他下意識地扭頭,看向窗外廣場上那些剛剛卸車、還在進行最後除錯的鋼鐵巨獸。
看著那粗長的88毫米炮管,他心裏稍微有了點底。
但喉嚨還是發乾,像是吞了一把沙子。
“連長……”
王大柱艱難地嚥了口唾沫。
“這……這岡村寧次是把棺材本都拿出來了啊。”
“咱們是不是……變通一下?”
“依託幷州的城防工事打?”
“畢竟幷州城牆厚,咱們又有88炮,有重炮群。”
“隻要咱們守在城裏,那就是鐵刺蝟,鬼子來多少死多少!”
“跟鬼子在野外硬碰硬,咱們這點人,畢竟還是太少了……”
這是最穩妥的打法。
也是目前大多數軍官心裏的想法。
防守反擊,依託堅城消耗敵人,這是兵家常理。
然而。
“叮。”
一聲清脆的響聲。
陳峰將手中的坦克模型,輕輕放在了紅木桌麵上。
聲音不大。
卻像是一記重鎚,敲在了所有人的心坎上。
陳峰終於抬起了頭。
那雙深邃的眸子裏,沒有絲毫的恐懼,反而燃燒著一團令人不敢直視的烈火。
“守城?”
陳峰嘴角勾起一抹嘲弄的弧度,那是對舊時代戰術的無情鄙夷。
“大柱啊。”
“你現在的格局,怎麼還停留在以前?”
“還停留在小米加步槍的時代?”
陳峰緩緩站起身。
他走到落地窗前,背對著眾人,看著窗外那列裝整齊、散發著令人窒息壓迫感的虎式坦克群。

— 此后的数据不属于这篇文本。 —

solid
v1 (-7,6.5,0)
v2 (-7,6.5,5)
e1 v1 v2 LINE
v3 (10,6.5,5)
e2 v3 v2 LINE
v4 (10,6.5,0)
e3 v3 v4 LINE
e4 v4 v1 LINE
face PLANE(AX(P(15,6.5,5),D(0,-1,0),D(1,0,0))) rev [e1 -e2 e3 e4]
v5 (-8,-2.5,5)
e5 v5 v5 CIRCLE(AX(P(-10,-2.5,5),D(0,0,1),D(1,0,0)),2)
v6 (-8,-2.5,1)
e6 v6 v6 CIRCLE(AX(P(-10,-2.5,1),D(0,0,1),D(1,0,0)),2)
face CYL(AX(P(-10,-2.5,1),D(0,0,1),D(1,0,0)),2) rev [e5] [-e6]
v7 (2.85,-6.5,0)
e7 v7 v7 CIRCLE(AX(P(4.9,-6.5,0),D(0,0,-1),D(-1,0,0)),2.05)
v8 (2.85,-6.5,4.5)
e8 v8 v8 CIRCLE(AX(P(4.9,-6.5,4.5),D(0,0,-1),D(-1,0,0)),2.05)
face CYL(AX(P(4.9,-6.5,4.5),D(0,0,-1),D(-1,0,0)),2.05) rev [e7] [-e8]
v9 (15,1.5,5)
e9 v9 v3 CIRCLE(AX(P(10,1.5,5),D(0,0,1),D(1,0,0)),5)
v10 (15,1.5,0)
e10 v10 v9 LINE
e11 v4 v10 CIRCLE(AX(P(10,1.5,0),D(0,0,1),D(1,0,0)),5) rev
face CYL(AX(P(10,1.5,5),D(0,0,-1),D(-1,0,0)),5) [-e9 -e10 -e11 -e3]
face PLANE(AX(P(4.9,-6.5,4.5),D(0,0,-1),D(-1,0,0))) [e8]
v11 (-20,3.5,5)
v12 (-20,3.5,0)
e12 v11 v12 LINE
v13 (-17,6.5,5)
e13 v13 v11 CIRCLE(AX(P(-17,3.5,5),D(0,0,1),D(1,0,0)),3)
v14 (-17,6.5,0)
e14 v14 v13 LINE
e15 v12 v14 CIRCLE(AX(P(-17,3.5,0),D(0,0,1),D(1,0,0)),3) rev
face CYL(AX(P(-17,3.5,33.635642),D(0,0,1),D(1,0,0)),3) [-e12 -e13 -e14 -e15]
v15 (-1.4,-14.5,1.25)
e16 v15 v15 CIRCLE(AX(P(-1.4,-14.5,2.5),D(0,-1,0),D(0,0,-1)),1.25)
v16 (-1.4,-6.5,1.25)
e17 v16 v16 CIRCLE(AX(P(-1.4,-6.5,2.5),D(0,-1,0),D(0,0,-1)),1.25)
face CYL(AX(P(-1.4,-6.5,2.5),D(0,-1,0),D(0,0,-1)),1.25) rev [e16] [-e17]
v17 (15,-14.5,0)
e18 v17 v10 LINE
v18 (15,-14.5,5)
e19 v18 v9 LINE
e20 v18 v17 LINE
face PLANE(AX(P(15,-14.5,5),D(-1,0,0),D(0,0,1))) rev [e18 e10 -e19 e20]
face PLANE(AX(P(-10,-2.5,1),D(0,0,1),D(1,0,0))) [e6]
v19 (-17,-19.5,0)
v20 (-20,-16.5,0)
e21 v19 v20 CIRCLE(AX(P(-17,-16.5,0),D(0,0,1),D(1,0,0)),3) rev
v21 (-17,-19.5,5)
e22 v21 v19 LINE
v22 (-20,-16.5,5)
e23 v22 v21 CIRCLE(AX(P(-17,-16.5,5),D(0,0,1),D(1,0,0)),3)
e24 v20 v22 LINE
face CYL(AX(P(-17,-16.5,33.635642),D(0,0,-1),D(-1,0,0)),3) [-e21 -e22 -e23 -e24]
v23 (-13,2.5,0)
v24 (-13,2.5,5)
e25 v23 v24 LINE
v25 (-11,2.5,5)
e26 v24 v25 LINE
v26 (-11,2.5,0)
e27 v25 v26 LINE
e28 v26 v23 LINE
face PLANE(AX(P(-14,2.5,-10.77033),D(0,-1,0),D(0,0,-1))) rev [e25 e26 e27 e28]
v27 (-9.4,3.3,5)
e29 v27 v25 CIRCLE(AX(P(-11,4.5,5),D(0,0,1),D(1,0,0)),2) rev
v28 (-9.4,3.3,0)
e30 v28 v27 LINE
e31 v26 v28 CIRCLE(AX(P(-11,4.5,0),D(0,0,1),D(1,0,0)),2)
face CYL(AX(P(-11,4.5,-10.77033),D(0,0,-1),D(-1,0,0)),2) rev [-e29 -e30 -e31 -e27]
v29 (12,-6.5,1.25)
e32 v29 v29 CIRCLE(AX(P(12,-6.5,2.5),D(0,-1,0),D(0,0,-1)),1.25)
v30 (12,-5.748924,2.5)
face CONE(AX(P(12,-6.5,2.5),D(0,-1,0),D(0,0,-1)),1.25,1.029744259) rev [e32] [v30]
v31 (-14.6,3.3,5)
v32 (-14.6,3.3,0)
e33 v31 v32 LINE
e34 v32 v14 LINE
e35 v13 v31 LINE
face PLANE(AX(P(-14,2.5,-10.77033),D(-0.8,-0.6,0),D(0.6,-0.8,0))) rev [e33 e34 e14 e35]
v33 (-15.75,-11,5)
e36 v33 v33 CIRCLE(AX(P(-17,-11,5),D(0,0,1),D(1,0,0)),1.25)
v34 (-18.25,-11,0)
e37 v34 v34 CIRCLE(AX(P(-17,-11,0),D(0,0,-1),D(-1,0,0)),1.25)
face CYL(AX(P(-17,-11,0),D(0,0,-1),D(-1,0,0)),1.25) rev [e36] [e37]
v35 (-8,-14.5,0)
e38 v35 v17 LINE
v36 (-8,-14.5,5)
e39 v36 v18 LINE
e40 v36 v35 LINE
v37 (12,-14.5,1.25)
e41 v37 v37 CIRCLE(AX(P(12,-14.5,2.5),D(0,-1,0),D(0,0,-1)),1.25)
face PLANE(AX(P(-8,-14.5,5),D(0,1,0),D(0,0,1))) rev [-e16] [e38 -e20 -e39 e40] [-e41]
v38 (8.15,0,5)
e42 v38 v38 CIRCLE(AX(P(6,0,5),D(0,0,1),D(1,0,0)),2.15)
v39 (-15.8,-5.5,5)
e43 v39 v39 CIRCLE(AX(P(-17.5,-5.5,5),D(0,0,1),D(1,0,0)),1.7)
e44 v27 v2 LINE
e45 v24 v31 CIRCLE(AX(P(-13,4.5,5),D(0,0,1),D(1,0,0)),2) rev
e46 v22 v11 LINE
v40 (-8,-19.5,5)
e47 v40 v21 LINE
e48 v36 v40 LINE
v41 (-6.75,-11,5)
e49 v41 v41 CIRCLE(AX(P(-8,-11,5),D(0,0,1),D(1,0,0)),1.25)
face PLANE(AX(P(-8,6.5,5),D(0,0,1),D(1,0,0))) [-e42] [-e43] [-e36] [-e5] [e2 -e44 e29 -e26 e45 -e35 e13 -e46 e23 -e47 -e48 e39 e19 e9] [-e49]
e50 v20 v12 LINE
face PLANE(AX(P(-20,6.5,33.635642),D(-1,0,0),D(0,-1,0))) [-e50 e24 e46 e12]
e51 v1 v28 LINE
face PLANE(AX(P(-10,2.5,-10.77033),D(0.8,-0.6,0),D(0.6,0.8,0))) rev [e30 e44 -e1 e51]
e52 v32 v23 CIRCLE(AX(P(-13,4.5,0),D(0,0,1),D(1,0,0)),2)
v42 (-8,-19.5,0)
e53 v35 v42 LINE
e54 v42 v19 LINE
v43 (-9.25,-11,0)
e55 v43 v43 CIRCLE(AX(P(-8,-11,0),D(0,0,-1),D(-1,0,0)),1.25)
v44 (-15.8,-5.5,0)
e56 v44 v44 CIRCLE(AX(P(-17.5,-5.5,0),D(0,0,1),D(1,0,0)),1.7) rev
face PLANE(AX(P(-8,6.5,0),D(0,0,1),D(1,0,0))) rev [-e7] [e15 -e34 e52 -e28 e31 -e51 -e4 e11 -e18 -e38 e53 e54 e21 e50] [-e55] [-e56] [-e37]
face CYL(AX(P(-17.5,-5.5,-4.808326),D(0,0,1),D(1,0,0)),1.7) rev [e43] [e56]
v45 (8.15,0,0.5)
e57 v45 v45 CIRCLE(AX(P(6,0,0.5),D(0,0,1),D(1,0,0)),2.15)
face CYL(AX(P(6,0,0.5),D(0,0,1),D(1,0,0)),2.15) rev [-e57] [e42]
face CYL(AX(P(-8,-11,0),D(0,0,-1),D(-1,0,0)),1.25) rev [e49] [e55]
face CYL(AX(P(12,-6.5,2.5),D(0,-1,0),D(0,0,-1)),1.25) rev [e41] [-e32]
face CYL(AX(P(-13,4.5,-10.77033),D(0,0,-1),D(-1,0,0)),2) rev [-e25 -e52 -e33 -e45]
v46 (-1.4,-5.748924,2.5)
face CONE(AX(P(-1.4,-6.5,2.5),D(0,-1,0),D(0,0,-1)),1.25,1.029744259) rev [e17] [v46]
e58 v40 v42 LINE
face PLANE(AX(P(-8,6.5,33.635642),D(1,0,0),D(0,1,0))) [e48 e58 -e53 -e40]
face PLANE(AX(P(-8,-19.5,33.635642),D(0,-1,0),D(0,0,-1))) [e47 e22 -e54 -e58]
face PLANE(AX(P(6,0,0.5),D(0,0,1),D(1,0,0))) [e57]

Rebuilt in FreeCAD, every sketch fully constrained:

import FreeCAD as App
import Part
import Sketcher
from FreeCAD import Vector


def edges_at(feature, points):
    """Names of the edges that pass closest to the given points."""
    edges = feature.Shape.Edges
    near = lambda p: min(range(len(edges)), key=lambda i: edges[i].distToShape(Part.Vertex(*p))[0])
    return sorted({f"Edge{near(p) + 1}" for p in points})

doc = App.newDocument("Part")
params = doc.addObject("Spreadsheet::Sheet", "Params")
for row, (alias, value) in enumerate([
    ("sketch1_width", "23 mm"),
    ("sketch1_height", "21 mm"),
    ("pad1_length", "5 mm"),
    ("sketch2_diameter", "4.3 mm"),
    ("pocket1_length", "4.5 mm"),
    ("sketch3_diameter", "2.5 mm"),
    ("pocket2_length", "8 mm"),
    ("fillet_radius", "5 mm"),
    ("sketch4_diameter", "4.1 mm"),
    ("pocket3_length", "4.5 mm"),
    ("sketch5_width", "12 mm"),
    ("sketch5_height", "26 mm"),
    ("pad2_length", "5 mm"),
    ("sketch6_diameter", "3.4 mm"),
    ("pocket4_length", "5 mm"),
    ("sketch7_diameter", "4 mm"),
    ("pocket5_length", "4 mm"),
    ("sketch8_diameter", "2.5 mm"),
    ("hole_diameter", "2.5 mm"),
    ("hole_depth", "8 mm"),
    ("fillet2_radius", "3 mm"),
    ("sketch9_width", "4 mm"),
    ("sketch9_width2", "10 mm"),
    ("sketch9_length", "5 mm"),
    ("pocket6_length", "5 mm"),
    ("fillet3_radius", "2 mm"),
    ("sketch10_diameter", "1.5 mm"),
    ("pocket7_length", "5 mm"),
    ("sketch11_diameter", "2.5 mm"),
    ("hole2_diameter", "2.5 mm"),
    ("hole2_depth", "7.5 mm"),
], start=1):
    params.set(f"A{row}", alias)
    params.set(f"B{row}", "=" + value)
    params.setAlias(f"B{row}", alias)

body = doc.addObject("PartDesign::Body", "Body")

# Sketch on XY plane
sketch1 = body.newObject("Sketcher::SketchObject", "Sketch")
sketch1.AttachmentSupport = (doc.getObject("XY_Plane"), [""])
sketch1.MapMode = "FlatFace"
sketch1.addGeometry([
    Part.LineSegment(Vector(-8, 6, 0), Vector(-8, -14, 0)),
    Part.LineSegment(Vector(-8, -14, 0), Vector(15, -14, 0)),
    Part.LineSegment(Vector(15, -14, 0), Vector(15, 6, 0)),
    Part.LineSegment(Vector(15, 6, 0), Vector(-8, 6, 0)),
], False)
sketch1.addConstraint([
    Sketcher.Constraint("Coincident", 0, 2, 1, 1),
    Sketcher.Constraint("Coincident", 1, 2, 2, 1),
    Sketcher.Constraint("Coincident", 2, 2, 3, 1),
    Sketcher.Constraint("Coincident", 3, 2, 0, 1),
    Sketcher.Constraint("Vertical", 0),
    Sketcher.Constraint("Horizontal", 1),
    Sketcher.Constraint("Vertical", 2),
    Sketcher.Constraint("Horizontal", 3),
    Sketcher.Constraint("DistanceX", 1, 1, 1, 2, 23.0),
    Sketcher.Constraint("DistanceY", 0, 2, 0, 1, 21.0),
    Sketcher.Constraint("DistanceX", 0, 2, -1, 1, 8.0),
    Sketcher.Constraint("DistanceY", 0, 2, -1, 1, 14.5),
])
sketch1.setExpression("Constraints[8]", "Params.sketch1_width")
sketch1.setExpression("Constraints[9]", "Params.sketch1_height")
pad1 = body.newObject("PartDesign::Pad", "Pad")
pad1.Profile = sketch1
pad1.setExpression("Length", "Params.pad1_length")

夕陽的餘暉灑在那些坦克冰冷的裝甲上,折射出一種嗜血的光芒。
“以前咱們守。”
“是因為咱們窮!”
“是因為咱們腿短,跑不過鬼子的輪子!”
“是因為咱們皮薄,扛不住鬼子的炮!”
“我們不得不守,不得不用戰士們的血肉之軀去填戰壕!”
陳峰的聲音低沉,卻帶著一股壓抑的怒火。
那是對中華民族百年屈辱史的不甘與憤怒。
突然。
陳峰猛地回過頭。
眼中的光芒,比窗外的探照燈還要刺眼,還要灼熱!
“但現在?!”
“老子手裏握著三十六隻老虎!”
“三十六隻獵豹!”
“還有一百多隻全副武裝的狼群!”
“你讓我縮在城牆後麵當烏龜?”
“你讓我拿著這種能夠橫掃歐洲大陸的陸戰之王,去當固定炮台?”
陳峰一步步走向王大柱。
每一步,都帶著千鈞的壓迫感。
“告訴我,大柱!”
“裝甲部隊的靈魂是什麼?”
王大柱下意識地立正,大吼道:
“報告!是……是火力!”
“錯!”
陳峰一聲暴喝,震得玻璃都在嗡嗡作響。
“是進攻!”
“是突擊!”
“是速度!”
陳峰猛地揮動手臂,做了一個劈砍的動作。
“是在高速運動中,利用我們的裝甲和火炮,把敵人的骨頭一根根碾碎!”
“把他們的防線像撕紙一樣撕開!”
“把他們的心臟挖出來!”
“這,才叫裝甲部隊!”
“這,才叫閃電戰!”
陳峰的聲音陡然拔高,如同一聲驚雷在會議室炸響,點燃了每個人血液裡的好戰因子。
“傳我命令!”
陳峰大手一揮,指向地圖上那片開闊的平原。
“第一戰鬥群‘猛虎’!”
“第二戰鬥群‘獵豹’!”
“全員立刻出城!”
“目標——幷州以東三十裡,太穀平原!”
“我要在那裏,擺開陣勢!”
“我要在最適合坦克決戰的平原上,和岡村寧次,和他的所謂‘帝國鐵鎚’,來一場硬碰硬的裝甲對決!”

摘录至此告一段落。